Если, когда вы пишете, вы будете думать о глобальном, то скорее всего у вас выйдет плохой текст, поэтому не пытайтесь сразить мир неслыханными темами, это смешно. А вот если вы озаботитесь мелочами и хорошо, вдумчиво и красиво пропишете их, то с большой долей вероятности ваш текст будет иметь и глобальное значение. Всегда начинайте с мелочей, пусть это станет для вас главным писательским правилом.
Пример? Пожалуйста. Скажем, лежит на столе яблоко. Есть ли в этом что-то глобальное? Нет, если конечно вы не ели три дня и вас не шатает от голода. Если шатает, то ради бога съешьте это яблоко и будьте довольны, а мы, сытые, просто напишем: «На столе лежало яблоко», – и будем думать, к чему это может привести.
Честно скажу, когда я сейчас это пишу, я не знаю, каким будет продолжение, вариантов здесь столько же, сколько самих столов и яблок в мире. Но я не сторонник абстрактных размышлений и вам не рекомендую разводить всякую многословную муть, если, конечно, вы не Имманул Кант. Давайте сразу перейдем к действию, напишем что-нибудь простое и конкретное, например: «Подошел мальчик и начал его есть». Теперь у нас есть уже два предложения:
На столе лежало яблоко. Подошел мальчик и начал его есть.

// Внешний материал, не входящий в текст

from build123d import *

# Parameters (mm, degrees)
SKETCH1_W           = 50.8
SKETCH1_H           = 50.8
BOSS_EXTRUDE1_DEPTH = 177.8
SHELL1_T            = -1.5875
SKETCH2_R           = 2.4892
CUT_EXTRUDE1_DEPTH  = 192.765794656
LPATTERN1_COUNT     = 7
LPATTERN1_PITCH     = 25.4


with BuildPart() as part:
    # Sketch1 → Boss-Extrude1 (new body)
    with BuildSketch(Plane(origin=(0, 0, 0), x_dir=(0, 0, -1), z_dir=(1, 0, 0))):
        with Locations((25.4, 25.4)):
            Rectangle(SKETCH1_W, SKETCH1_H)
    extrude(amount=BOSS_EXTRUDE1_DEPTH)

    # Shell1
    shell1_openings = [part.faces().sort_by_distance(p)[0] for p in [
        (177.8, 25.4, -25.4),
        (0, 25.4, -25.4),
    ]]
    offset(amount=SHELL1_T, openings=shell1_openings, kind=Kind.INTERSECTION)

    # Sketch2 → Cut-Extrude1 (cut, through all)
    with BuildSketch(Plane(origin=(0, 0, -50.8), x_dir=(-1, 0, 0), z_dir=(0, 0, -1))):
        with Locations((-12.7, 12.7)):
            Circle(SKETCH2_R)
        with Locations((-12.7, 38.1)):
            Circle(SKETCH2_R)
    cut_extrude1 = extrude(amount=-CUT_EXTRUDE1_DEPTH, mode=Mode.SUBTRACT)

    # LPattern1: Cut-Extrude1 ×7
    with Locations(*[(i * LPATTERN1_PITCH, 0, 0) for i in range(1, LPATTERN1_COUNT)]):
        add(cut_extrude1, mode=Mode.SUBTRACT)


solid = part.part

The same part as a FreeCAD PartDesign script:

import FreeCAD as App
import Part
import Sketcher
Q = App.Units.Quantity


def faces_at(feature, points):
    """Names of the faces that lie closest to the given points."""
    faces = feature.Shape.Faces
    near = lambda p: min(range(len(faces)), key=lambda i: faces[i].distToShape(Part.Vertex(*p))[0])
    return sorted({f"Face{near(p) + 1}" for p in points})


def add_polygon(sketch, points):
    """Adds a closed chain of lines whose ends are joined by coincident constraints."""
    first, n = sketch.GeometryCount, len(points)
    for a, b in zip(points, points[1:] + points[:1]):
        sketch.addGeometry(Part.LineSegment(App.Vector(*a, 0), App.Vector(*b, 0)), False)
    for i in range(n):
        sketch.addConstraint(Sketcher.Constraint("Coincident", first + i, 2, first + (i + 1) % n, 1))

doc = App.newDocument("Part")
body = doc.addObject("PartDesign::Body", "Body")

sketch1 = body.newObject("Sketcher::SketchObject", "Sketch")
sketch1.AttachmentSupport = (doc.getObject("YZ_Plane"), [""])
sketch1.MapMode = "FlatFace"
add_polygon(sketch1, [(51, 0), (0, 0), (0, -51), (51, -51)])
sketch1.addConstraint(Sketcher.Constraint("Horizontal", 0))
sketch1.addConstraint(Sketcher.Constraint("Vertical", 1))
sketch1.addConstraint(Sketcher.Constraint("Horizontal", 2))
sketch1.addConstraint(Sketcher.Constraint("Vertical", 3))
sketch1.addConstraint(Sketcher.Constraint("Coincident", 0, 2, -1, 1))
sketch1.addConstraint(Sketcher.Constraint("Equal", 2, 1))
sketch1.addConstraint(Sketcher.Constraint("DistanceX", 0, 2, 0, 1, Q("2 in")))
pad1 = body.newObject("PartDesign::Pad", "Pad")
pad1.Profile = sketch1
pad1.Length = Q("7 in")
doc.recompute()

thickness = body.newObject("PartDesign::Thickness", "Thickness")
thickness.Base = (pad1, faces_at(pad1, [(177.8, 25.4, -25.4), (0, 25.4, -25.4)]))
thickness.Value = Q("0.0625 in")
thickness.Reversed = True
thickness.Join = "Intersection"

sketch2 = body.newObject("Sketcher::SketchObject", "Sketch001")
sketch2.AttachmentSupport = (doc.getObject("XY_Plane"), [""])
sketch2.MapMode = "FlatFace"
sketch2.AttachmentOffset = App.Placement(App.Vector(0, 0, -2 * 25.4), App.Rotation())
sketch2.addGeometry(Part.Circle(App.Vector(12.7, 12.7, 0), App.Vector(0, 0, 1), 2.5), False)
sketch2.addGeometry(Part.Circle(App.Vector(12.7, 38.1, 0), App.Vector(0, 0, 1), 2.5), False)
sketch2.addConstraint(Sketcher.Constraint("Equal", 0, 1))
sketch2.addConstraint(Sketcher.Constraint("Vertical", 0, 3, 1, 3))
sketch2.addConstraint(Sketcher.Constraint("Diameter", 0, Q("0.196 in")))
sketch2.addConstraint(Sketcher.Constraint("DistanceY", 0, 3, 1, 3, Q("1 in")))
sketch2.addConstraint(Sketcher.Constraint("DistanceX", -1, 1, 0, 3, Q("0.5 in")))
sketch2.addConstraint(Sketcher.Constraint("DistanceY", -1, 1, 0, 3, Q("0.5 in")))
pocket1 = body.newObject("PartDesign::Pocket", "Pocket")
pocket1.Profile = sketch2
pocket1.Type = "ThroughAll"
pocket1.Reversed = True
doc.recompute()

linearpattern = body.newObject("PartDesign::LinearPattern", "LinearPattern")
linearpattern.Originals = [pocket1]
linearpattern.Direction = (doc.getObject("X_Axis"), [""])
linearpattern.Mode = "offset"
linearpattern.Offset = Q("1 in")
linearpattern.Occurrences = 7
body.Tip = linearpattern

doc.recompute()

А дальше, я сейчас придумал, пусть будет так, чтобы одним-двумя предложениями сразу всю историю и закончить. Это будет такой коротенький рассказ. Мне пришло в голову, что это было не простое яблоко, а молодильное, а мальчик это бывший старик – например, пенсионер Иван Тимофеевич Рябков, который купил килограмм молодильных яблок, чтобы помолодеть и жениться на тридцатилетней медсестре, которая приходила к нему делать уколы. Но пенсионер переборщил, и вот к чему это привело:
На столе лежало яблоко. Подошел мальчик и начал его есть. Бывший пенсионер Иван Тимофеевич Рябков, который купил килограмм молодильных яблок, чтобы помолодеть и жениться на тридцатилетней медсестре Верочке, которая приходила к нему делать уколы, которые ему назначили против старческого маразма, – так вот, он перестарался и не смог устоять перед соблазнительными плодами, он съел их все до единого. А медсестра Верочка, придя к нему вечером с очередным уколом, никого в квартире не обнаружила, только мокрый слюнявчик лежал на полу посреди кухни.
Ну как, разве не получилось глобально? Разве не торчат из этого рассказа уши жадной, безоглядной, безрассудной любви, которая случается с нами сплошь и рядом? По-моему, вполне торчат. Остается только придумать название, которое само напрашивается: «Жадность любви».